--- RECORD SET Enclosed Below ---
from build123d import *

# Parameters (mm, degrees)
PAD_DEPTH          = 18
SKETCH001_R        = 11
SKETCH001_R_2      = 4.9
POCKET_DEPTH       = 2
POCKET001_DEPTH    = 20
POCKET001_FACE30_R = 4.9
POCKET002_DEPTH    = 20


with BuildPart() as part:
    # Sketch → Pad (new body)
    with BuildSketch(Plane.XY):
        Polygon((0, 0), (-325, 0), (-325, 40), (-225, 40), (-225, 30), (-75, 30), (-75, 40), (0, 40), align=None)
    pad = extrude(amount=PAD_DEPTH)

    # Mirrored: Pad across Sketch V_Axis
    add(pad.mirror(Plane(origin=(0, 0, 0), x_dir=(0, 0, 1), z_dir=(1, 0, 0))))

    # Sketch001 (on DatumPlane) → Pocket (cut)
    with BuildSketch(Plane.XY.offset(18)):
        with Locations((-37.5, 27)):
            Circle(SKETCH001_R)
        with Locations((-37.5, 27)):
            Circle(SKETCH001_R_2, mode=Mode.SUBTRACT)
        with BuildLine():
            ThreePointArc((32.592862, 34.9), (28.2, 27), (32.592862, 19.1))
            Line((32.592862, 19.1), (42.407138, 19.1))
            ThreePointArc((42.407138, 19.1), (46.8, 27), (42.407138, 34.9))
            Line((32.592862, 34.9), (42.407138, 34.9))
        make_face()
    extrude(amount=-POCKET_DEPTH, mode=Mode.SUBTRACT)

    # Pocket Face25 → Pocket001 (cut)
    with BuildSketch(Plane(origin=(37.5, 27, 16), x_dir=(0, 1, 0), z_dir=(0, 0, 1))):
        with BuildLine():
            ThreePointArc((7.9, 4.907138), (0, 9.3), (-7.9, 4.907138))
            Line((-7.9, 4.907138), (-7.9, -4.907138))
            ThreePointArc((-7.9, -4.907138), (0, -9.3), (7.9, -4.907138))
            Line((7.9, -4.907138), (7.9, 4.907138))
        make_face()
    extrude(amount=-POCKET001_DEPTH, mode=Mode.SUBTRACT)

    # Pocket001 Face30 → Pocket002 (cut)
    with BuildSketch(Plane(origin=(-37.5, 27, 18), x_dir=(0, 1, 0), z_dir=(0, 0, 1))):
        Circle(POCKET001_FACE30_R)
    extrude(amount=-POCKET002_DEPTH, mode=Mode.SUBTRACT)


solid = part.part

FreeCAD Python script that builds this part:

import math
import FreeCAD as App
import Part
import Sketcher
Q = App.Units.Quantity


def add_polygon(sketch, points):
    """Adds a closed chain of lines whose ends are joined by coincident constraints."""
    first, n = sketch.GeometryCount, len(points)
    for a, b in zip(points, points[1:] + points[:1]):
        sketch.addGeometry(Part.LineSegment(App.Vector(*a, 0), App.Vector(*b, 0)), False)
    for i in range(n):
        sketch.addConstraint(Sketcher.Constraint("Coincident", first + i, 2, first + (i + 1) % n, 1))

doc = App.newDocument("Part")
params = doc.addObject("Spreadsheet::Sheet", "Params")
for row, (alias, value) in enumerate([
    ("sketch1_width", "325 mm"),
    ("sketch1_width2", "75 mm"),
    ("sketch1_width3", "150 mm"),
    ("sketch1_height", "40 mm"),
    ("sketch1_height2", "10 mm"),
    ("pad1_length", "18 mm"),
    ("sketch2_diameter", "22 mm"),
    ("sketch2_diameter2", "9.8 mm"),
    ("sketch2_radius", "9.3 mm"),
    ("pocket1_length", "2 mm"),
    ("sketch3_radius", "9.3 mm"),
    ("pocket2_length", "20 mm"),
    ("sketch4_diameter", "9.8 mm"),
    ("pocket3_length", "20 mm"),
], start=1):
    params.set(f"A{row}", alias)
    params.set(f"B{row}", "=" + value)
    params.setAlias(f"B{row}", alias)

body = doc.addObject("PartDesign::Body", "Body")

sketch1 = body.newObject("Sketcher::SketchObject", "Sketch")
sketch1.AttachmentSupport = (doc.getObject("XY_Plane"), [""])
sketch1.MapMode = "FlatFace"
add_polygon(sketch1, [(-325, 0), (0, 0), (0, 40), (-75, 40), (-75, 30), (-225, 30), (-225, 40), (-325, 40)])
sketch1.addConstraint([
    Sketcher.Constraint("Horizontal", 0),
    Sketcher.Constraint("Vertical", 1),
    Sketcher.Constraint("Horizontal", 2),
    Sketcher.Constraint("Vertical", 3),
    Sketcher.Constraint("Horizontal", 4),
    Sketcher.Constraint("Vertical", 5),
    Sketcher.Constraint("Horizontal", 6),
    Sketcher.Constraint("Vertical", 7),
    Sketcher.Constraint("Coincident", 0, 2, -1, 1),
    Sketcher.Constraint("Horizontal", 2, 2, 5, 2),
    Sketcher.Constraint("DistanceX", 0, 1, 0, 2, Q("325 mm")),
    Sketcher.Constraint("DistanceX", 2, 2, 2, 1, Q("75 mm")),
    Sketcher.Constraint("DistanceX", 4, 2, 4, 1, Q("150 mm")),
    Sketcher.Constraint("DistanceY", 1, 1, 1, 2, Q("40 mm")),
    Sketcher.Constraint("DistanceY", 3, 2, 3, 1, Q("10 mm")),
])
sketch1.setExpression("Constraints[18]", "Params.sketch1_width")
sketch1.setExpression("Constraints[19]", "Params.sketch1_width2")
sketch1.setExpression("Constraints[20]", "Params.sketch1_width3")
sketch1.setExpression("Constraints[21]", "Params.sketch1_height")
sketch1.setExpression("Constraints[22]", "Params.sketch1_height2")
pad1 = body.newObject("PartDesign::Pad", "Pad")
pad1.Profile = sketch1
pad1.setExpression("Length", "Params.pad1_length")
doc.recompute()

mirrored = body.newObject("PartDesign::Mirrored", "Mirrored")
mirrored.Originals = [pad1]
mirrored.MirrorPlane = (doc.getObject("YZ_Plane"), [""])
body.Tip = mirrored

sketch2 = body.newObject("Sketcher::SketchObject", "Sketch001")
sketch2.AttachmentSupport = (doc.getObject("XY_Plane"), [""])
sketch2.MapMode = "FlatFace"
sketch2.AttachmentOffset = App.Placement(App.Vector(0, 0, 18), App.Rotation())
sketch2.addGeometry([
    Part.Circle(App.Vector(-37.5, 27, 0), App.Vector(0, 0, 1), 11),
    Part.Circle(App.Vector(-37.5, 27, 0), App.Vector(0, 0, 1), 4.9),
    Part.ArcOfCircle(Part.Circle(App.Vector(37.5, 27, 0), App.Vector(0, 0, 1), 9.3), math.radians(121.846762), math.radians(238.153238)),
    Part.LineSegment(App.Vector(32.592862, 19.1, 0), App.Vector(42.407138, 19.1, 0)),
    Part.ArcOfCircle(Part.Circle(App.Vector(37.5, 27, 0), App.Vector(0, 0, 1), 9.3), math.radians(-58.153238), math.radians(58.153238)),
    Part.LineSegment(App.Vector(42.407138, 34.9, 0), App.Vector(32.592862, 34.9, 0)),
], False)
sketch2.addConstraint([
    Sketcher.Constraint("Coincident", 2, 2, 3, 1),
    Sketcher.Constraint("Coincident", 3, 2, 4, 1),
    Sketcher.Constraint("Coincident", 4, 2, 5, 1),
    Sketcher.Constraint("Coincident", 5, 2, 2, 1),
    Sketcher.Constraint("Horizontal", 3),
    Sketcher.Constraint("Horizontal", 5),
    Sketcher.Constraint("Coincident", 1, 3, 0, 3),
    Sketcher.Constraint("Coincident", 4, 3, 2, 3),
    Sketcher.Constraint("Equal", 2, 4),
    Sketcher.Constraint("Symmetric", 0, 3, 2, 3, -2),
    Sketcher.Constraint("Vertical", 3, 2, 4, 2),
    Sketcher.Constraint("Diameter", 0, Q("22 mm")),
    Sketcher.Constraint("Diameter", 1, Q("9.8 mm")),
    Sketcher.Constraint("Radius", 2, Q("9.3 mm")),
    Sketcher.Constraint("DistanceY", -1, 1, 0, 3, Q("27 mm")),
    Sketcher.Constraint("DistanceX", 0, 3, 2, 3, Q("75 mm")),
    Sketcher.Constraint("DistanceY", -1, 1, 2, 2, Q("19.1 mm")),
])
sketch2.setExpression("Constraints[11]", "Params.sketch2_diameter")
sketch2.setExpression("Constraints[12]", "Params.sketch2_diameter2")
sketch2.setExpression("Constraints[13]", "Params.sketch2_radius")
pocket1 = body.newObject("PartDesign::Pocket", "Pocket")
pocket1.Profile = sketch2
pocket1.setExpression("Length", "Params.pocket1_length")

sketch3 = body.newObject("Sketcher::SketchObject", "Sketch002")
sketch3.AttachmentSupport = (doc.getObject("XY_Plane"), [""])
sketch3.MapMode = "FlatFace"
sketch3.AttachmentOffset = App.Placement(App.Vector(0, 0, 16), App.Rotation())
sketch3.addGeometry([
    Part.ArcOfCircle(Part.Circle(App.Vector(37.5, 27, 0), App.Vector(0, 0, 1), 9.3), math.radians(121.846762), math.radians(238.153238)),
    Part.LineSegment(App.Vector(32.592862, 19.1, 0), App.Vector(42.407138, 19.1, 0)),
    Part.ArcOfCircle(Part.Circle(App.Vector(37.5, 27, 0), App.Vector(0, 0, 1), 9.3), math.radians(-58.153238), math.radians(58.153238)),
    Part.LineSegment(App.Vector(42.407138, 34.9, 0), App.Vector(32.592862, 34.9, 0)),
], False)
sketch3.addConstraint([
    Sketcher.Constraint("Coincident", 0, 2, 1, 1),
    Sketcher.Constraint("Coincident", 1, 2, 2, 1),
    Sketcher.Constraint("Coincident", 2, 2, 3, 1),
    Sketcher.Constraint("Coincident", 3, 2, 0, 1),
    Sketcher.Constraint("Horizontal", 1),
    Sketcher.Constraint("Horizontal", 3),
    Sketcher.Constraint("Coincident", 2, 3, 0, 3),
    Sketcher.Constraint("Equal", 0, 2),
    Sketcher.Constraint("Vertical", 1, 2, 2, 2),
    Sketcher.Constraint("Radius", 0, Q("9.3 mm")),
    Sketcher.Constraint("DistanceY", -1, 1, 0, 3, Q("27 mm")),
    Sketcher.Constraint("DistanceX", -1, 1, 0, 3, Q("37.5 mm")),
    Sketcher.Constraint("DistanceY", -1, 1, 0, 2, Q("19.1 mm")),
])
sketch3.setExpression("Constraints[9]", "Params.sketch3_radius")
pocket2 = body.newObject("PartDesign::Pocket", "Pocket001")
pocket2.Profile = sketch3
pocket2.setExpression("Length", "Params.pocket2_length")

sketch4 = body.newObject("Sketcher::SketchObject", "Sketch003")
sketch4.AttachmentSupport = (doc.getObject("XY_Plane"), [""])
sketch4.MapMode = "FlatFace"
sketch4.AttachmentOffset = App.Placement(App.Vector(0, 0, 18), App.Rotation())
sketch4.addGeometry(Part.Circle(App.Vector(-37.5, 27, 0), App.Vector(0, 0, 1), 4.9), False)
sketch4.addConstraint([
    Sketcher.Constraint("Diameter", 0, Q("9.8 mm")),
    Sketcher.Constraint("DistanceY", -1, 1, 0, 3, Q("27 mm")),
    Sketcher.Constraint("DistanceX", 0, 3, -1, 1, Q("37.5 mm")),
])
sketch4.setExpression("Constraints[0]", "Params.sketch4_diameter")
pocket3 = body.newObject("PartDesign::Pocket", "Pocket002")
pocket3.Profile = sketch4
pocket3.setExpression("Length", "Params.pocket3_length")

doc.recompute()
--- End of Enclosed RECORD SET ---
For the entries above, give only the number of lines that contain the word "with".

9